A few months ago, CNBC published an interesting story highlighting the extensive lengths companies have to go to in order to come up with innovative names for drugs. As more drugs enter the market, naming has become an increasingly complicated task, which is why it seems like this upheaval over biosimilar naming is one struggle industry could potentially be avoiding. In Europe, biosimilars have been on the market for close to 10 years, and they have safely maintained the same names as the reference products. So is the name issue just a “red herring,” as Christine Simmon, SVP for policy at the GPhA, argued? According to Simmon, “Innovator companies have an interest in sowing seeds of doubt” in order to protect market share for their own products. Given the conservative nature of the pharma industry, it makes sense the industry would and should be cautious about the fact there are scientific variations between the reference product and the biosimilar.
But at the end of the day, these treatments undergo clinical trials to determine biosimilarity in treating the targeted indication. Something here is going to have to give, especially as new challenges to the costs of biologics spring up every day. Last week, The Boston Globe reported that the just-approved Orkambi for cystic fibrosis, which boasts a price tag of $259,000 a year, has been challenged by a group of cystic fibrosis doctors. With prices such as Orkambi’s on the market, it’s no wonder that payer Express Scripts has forecasted that biotech drug spending is expected to hit $120 billion by 2024. But with biosimilars on the market, this could all change. According to a recent Sandoz-commissioned study by Rand Corp., biosimilars are expected to incur a $44 billion reduction in healthcare spending, and it seems like they’re already impacting sales of some off-patent biologics. Johnson & Johnson’s latest sales figures for Remicade, for instance, reveal that worldwide sales for anti-inflammatory Remicade saw a 7 percent decline in worldwide sales due to Celltrion’s Remicade biosimilar.
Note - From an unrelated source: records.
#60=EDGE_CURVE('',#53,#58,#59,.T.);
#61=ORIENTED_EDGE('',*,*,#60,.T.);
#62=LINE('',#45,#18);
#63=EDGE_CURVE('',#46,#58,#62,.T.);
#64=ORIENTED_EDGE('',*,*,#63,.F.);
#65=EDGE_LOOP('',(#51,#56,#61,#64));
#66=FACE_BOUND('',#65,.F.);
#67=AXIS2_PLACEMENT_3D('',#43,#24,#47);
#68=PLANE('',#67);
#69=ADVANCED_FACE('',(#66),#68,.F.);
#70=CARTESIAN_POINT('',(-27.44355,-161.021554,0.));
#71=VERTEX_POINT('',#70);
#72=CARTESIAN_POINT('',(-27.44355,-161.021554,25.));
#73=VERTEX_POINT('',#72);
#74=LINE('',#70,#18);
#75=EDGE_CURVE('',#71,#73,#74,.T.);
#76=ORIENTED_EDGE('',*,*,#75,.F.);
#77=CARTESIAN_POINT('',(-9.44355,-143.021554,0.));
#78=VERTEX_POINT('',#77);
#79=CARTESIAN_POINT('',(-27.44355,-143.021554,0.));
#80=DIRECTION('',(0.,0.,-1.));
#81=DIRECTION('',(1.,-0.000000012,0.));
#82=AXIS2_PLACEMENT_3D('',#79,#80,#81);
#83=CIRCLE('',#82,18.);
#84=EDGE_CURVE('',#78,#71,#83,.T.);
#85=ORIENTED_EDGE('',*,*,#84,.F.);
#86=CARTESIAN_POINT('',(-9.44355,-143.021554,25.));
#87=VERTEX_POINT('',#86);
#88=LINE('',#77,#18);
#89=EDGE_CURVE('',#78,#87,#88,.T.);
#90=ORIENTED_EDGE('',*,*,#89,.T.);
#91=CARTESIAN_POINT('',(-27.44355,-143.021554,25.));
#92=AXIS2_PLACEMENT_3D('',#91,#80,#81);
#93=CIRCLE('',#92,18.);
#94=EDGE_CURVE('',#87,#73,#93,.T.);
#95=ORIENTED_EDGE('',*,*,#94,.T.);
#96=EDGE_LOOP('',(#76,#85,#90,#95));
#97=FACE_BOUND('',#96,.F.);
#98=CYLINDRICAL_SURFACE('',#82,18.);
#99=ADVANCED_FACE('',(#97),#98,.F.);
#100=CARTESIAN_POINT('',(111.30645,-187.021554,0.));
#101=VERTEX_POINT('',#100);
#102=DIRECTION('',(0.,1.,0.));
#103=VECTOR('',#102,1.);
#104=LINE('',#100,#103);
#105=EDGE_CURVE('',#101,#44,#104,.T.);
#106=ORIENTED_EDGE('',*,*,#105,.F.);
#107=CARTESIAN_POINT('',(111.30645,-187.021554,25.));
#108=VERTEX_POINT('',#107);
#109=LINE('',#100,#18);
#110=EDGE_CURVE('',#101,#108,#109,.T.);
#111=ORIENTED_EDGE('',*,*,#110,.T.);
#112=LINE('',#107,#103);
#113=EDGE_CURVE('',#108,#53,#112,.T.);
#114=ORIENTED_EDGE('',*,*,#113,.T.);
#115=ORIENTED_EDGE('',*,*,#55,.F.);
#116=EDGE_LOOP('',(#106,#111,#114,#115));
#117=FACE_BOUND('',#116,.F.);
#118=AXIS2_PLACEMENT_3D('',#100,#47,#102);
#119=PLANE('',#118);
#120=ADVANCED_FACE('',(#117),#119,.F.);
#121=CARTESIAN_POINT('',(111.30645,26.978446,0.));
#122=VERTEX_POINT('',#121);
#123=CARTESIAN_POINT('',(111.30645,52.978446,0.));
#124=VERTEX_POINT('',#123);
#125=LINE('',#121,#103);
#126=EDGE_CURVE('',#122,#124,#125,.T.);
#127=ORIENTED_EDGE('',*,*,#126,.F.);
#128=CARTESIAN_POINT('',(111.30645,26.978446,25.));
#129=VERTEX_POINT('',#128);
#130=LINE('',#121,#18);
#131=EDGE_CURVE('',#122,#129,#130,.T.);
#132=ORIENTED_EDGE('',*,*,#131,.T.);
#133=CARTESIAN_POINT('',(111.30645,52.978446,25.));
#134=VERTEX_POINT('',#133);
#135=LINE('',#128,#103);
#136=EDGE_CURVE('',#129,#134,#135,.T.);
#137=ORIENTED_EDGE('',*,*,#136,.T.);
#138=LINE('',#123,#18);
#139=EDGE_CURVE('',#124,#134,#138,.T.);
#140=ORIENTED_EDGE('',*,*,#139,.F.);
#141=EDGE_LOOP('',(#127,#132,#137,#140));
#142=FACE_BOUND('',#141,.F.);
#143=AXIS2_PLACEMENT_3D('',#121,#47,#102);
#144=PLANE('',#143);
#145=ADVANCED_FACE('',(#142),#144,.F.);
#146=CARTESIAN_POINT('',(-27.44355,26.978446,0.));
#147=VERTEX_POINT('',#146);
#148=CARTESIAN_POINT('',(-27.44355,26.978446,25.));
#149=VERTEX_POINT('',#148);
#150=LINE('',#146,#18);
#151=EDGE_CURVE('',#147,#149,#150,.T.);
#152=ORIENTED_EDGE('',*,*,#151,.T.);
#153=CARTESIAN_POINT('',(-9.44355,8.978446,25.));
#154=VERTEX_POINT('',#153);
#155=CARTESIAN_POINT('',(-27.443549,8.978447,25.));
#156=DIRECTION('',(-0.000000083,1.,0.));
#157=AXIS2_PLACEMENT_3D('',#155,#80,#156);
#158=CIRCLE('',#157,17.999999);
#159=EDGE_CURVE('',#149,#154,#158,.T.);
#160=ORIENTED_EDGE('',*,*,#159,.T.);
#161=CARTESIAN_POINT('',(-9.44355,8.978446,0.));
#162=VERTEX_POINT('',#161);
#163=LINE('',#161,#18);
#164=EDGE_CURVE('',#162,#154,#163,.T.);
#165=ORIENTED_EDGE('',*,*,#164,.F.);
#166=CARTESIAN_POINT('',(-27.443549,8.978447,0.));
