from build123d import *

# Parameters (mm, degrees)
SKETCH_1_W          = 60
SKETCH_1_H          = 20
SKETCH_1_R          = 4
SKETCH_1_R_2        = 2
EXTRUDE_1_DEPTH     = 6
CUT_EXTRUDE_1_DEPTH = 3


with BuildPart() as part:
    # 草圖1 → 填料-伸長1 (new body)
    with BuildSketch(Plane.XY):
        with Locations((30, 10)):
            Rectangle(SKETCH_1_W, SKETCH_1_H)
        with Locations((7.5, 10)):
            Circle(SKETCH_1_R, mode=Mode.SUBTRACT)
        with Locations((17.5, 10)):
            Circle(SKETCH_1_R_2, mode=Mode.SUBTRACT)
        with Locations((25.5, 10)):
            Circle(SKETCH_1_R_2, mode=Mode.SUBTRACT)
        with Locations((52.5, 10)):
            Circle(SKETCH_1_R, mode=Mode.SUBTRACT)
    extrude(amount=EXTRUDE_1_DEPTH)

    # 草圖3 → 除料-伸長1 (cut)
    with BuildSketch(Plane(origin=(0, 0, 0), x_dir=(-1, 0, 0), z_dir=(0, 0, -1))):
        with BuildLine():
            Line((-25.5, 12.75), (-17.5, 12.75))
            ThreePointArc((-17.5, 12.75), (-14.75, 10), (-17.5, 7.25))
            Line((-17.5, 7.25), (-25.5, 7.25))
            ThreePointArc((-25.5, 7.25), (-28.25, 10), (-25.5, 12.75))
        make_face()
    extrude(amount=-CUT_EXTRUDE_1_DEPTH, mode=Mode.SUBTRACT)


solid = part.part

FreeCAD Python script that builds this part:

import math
import FreeCAD as App
import Part
import Sketcher
Q = App.Units.Quantity


def add_polygon(sketch, points):
    """Adds a closed chain of lines whose ends are joined by coincident constraints."""
    first, n = sketch.GeometryCount, len(points)
    for a, b in zip(points, points[1:] + points[:1]):
        sketch.addGeometry(Part.LineSegment(App.Vector(*a, 0), App.Vector(*b, 0)), False)
    for i in range(n):
        sketch.addConstraint(Sketcher.Constraint("Coincident", first + i, 2, first + (i + 1) % n, 1))

doc = App.newDocument("Part")
body = doc.addObject("PartDesign::Body", "Body")

# Sketch on XY plane
sketch1 = body.newObject("Sketcher::SketchObject", "Sketch")
sketch1.AttachmentSupport = (doc.getObject("XY_Plane"), [""])
sketch1.MapMode = "FlatFace"
add_polygon(sketch1, [(0, 20), (0, 0), (60, 0), (60, 20)])  # lines 0-3
sketch1.addGeometry(Part.Circle(App.Vector(7.5, 10, 0), App.Vector(0, 0, 1), 4), False)  # 4
sketch1.addGeometry(Part.Circle(App.Vector(17.5, 10, 0), App.Vector(0, 0, 1), 2), False)  # 5
sketch1.addGeometry(Part.Circle(App.Vector(25.5, 10, 0), App.Vector(0, 0, 1), 2), False)  # 6
sketch1.addGeometry(Part.Circle(App.Vector(52.5, 10, 0), App.Vector(0, 0, 1), 4), False)  # 7
sketch1.addConstraint([
    Sketcher.Constraint("Vertical", 0),
    Sketcher.Constraint("Horizontal", 1),
    Sketcher.Constraint("Vertical", 2),
    Sketcher.Constraint("Horizontal", 3),
    Sketcher.Constraint("Coincident", 0, 2, -1, 1),
    Sketcher.Constraint("Equal", 5, 6),
    Sketcher.Constraint("Equal", 4, 7),
    Sketcher.Constraint("Horizontal", 4, 3, 5, 3),
    Sketcher.Constraint("Horizontal", 5, 3, 6, 3),
    Sketcher.Constraint("Horizontal", 6, 3, 7, 3),
    Sketcher.Constraint("Diameter", 4, Q("8 mm")),
    Sketcher.Constraint("Diameter", 5, Q("4 mm")),
    Sketcher.Constraint("DistanceX", 1, 1, 1, 2, Q("60 mm")),
    Sketcher.Constraint("DistanceY", 0, 2, 0, 1, Q("20 mm")),
    Sketcher.Constraint("DistanceY", -1, 1, 4, 3, Q("10 mm")),
    Sketcher.Constraint("DistanceX", 4, 3, 5, 3, Q("10 mm")),
    Sketcher.Constraint("DistanceX", 5, 3, 6, 3, Q("8 mm")),
    Sketcher.Constraint("DistanceX", 6, 3, 7, 3, Q("27 mm")),
    Sketcher.Constraint("DistanceX", -1, 1, 4, 3, Q("7.5 mm")),
])
pad1 = body.newObject("PartDesign::Pad", "Pad")
pad1.Profile = sketch1
pad1.Length = 6

# Sketch on XY plane
sketch2 = body.newObject("Sketcher::SketchObject", "Sketch001")
sketch2.AttachmentSupport = (doc.getObject("XY_Plane"), [""])
sketch2.MapMode = "FlatFace"
sketch2.addGeometry([
    Part.LineSegment(App.Vector(17.5, 12.75, 0), App.Vector(25.5, 12.75, 0)),
    Part.ArcOfCircle(Part.Circle(App.Vector(25.5, 10, 0), App.Vector(0, 0, 1), 2.75), math.radians(-90), math.radians(90)),
    Part.LineSegment(App.Vector(25.5, 7.25, 0), App.Vector(17.5, 7.25, 0)),
    Part.ArcOfCircle(Part.Circle(App.Vector(17.5, 10, 0), App.Vector(0, 0, 1), 2.75), math.radians(90), math.radians(270)),
], False)
sketch2.addConstraint([
    Sketcher.Constraint("Tangent", 0, 2, 1, 2),
    Sketcher.Constraint("Tangent", 1, 1, 2, 1),
    Sketcher.Constraint("Tangent", 2, 2, 3, 2),
    Sketcher.Constraint("Tangent", 3, 1, 0, 1),
    Sketcher.Constraint("Horizontal", 0),
    Sketcher.Constraint("Horizontal", 2),
    Sketcher.Constraint("DistanceX", 0, 1, 0, 2, Q("8 mm")),
    Sketcher.Constraint("Radius", 1, Q("2.75 mm")),
    Sketcher.Constraint("DistanceY", -1, 1, 1, 3, Q("10 mm")),
    Sketcher.Constraint("DistanceX", -1, 1, 1, 3, Q("25.5 mm")),
])
pocket1 = body.newObject("PartDesign::Pocket", "Pocket")
pocket1.Profile = sketch2
pocket1.Length = 3
pocket1.Reversed = True

doc.recompute()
However, J&J’s CEO Alex Gorsky remains optimistic that the biosimilar market will be different than the generics market; in fact, he expects the 70 percent of people being effectively treated by Remicade today will speak for itself and encourage doctors to stick with what they know when it’s time to pull out the prescription pad. Gorsky’s not alone; a recent opinion piece published in JAMA also argued that doctor familiarity/preference and limited competition will make the biosimilar market less threatening than that of the generics market. Indeed, a 2012 survey showed patient/doctor reluctance to switch from brand name to small molecule generics, even though generics are simply identical chemical copies of the brand name drug.
In the end, however, I highly expect it will be hard to overlook the outcries coming from advocacy groups, payers, and patients about the high cost of biotech drugs. Just as WHO sought to come up with a naming system that would meet both brand name and biosimilar manufacturers demands, it’s my bet that introducing competition to the market by assigning the same generic names will be a compromise the industry has to make — and brace itself for — for the sake of the market and their patients.